Start by changing your perception of data: understand that it is an asset that directly affects your business’ growth.

Therefore, you need to develop a data strategy that will enable your business to evolve, thrive, and avoid being constrained by poor data management.


Your business is likely to collect more data than you realize, including from sources such as financial institutions and business partners. Start by identifying all the data you hold and own; contact your partners and find out what data they collect and what they can share. Then consider how it can be analyzed for insights to improve your products, services and customer experiences.

2. Compliance is key

As an SMB owner/operator, you are likely no stranger to compliance. Therefore, understanding and adhering to evolving data legislation should be a priority.

You need to manage your data and IT infrastructure to identify any weak points or areas that could be compromised.  Meanwhile, your data compliance measures should get built into your everyday data-processing activities.


Start by identifying what is required in your jurisdiction and what will effectively prepare your business for an evolving digital future. Then get familiar with the legislation and its requirements, and develop a risk-assessment checklist to help you stay compliant. You should also develop a risk-aware culture in your workforce. If you don’t have the in-house expertise to ensure compliance, get some help. Third-party providers can undertake an assessment to help manage the personal data you hold and advise how best to control and process it.

3. Develop a data strategy

Developing a data strategy helps you clarify when, where, and how all your data is getting processed, managed, and stored.

A sound data strategy should include a plan for responding to data breaches to ensure you meet your legal obligations. The more efficiently a breach is dealt with, the less harm to the consumer, the fewer costs incurred, and consequently, the less damage to the reputation of your business. It can also benefit your business if a breach occurs. When determining penalties under the GDPR, for example, a business’s compliance and security measures are taken into account.


Start by understanding your business’s requirements and develop a data strategy that prioritizes the management and security of the personal data you hold. To do this effectively, you need to understand what data you’re already gathering and how to process this data for actionable insights. Your strategy should also cover backup, recovery and breach-notification protocols.

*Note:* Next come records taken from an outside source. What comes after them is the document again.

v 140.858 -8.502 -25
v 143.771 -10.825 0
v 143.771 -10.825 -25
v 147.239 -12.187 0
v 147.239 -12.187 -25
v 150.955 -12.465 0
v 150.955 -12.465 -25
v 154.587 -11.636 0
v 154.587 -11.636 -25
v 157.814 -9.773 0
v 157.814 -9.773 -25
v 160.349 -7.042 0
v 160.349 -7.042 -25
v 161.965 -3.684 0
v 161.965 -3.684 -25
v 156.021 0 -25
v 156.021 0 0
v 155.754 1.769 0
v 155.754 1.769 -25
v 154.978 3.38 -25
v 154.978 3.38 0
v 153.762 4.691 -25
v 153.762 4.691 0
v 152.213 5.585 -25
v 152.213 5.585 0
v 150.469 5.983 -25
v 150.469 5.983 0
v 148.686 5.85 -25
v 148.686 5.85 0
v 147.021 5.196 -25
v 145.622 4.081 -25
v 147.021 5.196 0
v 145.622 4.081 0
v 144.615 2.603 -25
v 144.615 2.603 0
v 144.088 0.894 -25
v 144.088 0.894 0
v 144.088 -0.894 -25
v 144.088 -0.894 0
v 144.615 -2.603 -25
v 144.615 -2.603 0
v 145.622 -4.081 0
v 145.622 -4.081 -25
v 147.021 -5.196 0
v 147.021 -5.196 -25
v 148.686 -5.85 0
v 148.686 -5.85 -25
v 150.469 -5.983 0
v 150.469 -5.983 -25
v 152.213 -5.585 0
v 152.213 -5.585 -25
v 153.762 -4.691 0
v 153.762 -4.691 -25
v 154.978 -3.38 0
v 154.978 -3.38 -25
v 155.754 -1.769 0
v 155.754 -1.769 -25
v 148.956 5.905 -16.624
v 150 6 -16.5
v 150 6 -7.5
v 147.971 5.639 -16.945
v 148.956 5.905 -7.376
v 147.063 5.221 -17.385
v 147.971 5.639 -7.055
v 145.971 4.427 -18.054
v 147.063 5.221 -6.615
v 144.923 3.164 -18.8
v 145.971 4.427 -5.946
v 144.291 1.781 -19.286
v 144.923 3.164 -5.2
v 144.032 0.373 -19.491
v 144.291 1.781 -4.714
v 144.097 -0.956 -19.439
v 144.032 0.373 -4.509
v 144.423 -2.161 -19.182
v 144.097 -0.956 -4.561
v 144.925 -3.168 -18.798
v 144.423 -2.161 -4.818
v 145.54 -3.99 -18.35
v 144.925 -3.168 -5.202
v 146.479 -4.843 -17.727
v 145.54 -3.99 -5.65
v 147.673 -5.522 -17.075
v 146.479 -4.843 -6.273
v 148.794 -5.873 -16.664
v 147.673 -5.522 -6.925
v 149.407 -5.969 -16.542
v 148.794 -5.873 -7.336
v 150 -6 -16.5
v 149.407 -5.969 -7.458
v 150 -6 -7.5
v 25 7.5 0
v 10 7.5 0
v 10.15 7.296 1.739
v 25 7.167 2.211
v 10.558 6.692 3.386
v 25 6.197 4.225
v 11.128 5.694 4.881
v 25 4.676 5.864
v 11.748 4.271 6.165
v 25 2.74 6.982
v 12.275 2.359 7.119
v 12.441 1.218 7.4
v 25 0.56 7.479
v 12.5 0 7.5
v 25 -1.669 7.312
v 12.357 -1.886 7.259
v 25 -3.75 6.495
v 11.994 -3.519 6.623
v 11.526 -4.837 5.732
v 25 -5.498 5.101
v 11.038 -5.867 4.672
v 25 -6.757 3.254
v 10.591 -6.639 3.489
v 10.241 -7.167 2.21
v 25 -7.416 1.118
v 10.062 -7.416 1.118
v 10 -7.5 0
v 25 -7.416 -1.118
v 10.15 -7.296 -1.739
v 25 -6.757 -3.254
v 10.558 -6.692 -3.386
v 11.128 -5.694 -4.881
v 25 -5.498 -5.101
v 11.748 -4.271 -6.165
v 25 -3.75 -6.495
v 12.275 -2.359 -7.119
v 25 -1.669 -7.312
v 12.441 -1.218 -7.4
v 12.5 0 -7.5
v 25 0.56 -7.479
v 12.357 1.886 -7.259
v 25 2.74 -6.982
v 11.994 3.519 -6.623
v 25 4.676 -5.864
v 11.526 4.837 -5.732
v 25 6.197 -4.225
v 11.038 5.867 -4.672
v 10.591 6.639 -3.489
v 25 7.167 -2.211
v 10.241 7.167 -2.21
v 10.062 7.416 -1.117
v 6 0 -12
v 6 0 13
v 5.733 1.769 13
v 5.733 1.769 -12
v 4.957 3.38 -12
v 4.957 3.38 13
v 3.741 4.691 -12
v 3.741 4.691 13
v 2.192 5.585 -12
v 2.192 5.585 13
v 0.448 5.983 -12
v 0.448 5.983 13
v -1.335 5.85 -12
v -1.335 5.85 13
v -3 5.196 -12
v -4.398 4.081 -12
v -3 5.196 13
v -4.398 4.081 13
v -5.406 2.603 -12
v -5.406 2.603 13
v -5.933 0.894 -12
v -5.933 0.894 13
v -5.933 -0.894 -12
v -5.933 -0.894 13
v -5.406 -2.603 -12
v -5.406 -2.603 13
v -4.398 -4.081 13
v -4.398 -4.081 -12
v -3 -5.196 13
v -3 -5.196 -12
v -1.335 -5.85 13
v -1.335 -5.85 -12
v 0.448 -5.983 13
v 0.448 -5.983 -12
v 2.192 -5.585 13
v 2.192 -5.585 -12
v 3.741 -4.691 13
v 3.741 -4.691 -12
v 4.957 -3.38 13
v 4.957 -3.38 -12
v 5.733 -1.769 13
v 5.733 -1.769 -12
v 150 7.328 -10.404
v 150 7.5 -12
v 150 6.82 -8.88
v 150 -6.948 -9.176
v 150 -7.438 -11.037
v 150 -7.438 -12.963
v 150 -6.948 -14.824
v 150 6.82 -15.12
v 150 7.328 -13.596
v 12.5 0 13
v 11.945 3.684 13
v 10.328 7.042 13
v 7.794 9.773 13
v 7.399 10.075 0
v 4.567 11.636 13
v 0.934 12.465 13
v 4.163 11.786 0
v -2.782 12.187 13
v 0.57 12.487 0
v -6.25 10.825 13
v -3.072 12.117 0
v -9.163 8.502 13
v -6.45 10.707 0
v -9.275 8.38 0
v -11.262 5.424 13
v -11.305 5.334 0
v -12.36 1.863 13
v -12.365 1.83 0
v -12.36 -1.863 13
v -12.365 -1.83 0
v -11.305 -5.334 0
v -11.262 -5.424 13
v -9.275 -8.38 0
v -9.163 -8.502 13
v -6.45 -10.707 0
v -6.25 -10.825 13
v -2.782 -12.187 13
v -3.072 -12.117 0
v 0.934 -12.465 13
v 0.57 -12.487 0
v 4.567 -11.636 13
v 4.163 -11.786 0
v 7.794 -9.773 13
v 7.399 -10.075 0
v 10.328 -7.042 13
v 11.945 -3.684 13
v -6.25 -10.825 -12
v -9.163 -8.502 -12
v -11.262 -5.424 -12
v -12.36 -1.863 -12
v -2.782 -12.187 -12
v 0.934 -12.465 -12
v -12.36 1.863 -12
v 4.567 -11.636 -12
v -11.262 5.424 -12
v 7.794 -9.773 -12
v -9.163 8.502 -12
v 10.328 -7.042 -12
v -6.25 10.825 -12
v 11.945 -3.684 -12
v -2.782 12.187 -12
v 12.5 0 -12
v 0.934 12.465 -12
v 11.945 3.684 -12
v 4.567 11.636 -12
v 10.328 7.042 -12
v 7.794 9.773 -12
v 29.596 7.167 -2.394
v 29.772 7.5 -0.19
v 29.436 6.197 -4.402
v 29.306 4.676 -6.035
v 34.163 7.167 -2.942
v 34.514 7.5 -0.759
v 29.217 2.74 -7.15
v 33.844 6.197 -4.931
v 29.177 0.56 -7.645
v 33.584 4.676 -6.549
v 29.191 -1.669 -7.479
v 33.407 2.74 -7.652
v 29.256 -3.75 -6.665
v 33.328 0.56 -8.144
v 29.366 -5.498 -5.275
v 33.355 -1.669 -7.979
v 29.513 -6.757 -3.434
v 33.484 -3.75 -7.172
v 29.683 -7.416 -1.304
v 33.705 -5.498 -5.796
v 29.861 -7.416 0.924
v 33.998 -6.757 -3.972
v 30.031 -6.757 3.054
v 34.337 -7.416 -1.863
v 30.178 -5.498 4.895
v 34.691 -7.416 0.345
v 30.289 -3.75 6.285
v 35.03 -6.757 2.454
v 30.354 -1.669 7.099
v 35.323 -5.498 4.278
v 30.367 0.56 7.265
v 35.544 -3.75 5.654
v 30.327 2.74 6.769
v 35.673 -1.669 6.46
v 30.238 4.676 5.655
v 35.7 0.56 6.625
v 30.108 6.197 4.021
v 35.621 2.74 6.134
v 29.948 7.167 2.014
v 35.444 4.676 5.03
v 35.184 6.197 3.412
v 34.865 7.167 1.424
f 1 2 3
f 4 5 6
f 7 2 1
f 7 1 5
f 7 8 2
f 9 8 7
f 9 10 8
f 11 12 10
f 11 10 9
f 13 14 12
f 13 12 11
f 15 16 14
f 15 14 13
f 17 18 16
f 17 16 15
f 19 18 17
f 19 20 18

4. Make security a priority

As an SMB owner/operator, the onus is on you to prioritize security in your overall data strategy, and legislation expects a business to have implemented data-protection measures.

Don’t fall into the trap of thinking that as an SMB, you are not a target for cybercriminals.  The PII you hold, including customer data like name, age, date of birth, address, phone number, credit status, employment details, and medical records, is valuable and should be appropriately safeguarded.


Take a proactive approach by running an IT audit.  Also, be aware of what hardware and software require updating with the latest firmware and security patches.  Failure to implement these could leave your business at a heightened risk of a security breach. Similarly, analyze your supply chain and cloud providers to ensure they are all compliant.

5. Get the support you need

Financial and human resources typically constrain SMBs. So if your jurisdiction’s data-privacy requirements are onerous, get some advice and help from experts.

They can help assess and manage the data you hold and advise on future data management, control and processing, and create solutions that meet the relevant legislative requirements.


Consult compliance organizations and industry associations for assistance with industry-specific security requirements and solutions. A reputable data security firm can also test and strengthen your IT systems. You may also need to get legal advice if you are not clear what your obligations are, especially if you have a business that operates globally. Prioritizing data privacy is integral to maintaining consumer trust. By creating a comprehensive data-security strategy, your business can adapt and evolve to an ever-changing legislative environment, and even position itself for growth and new opportunities.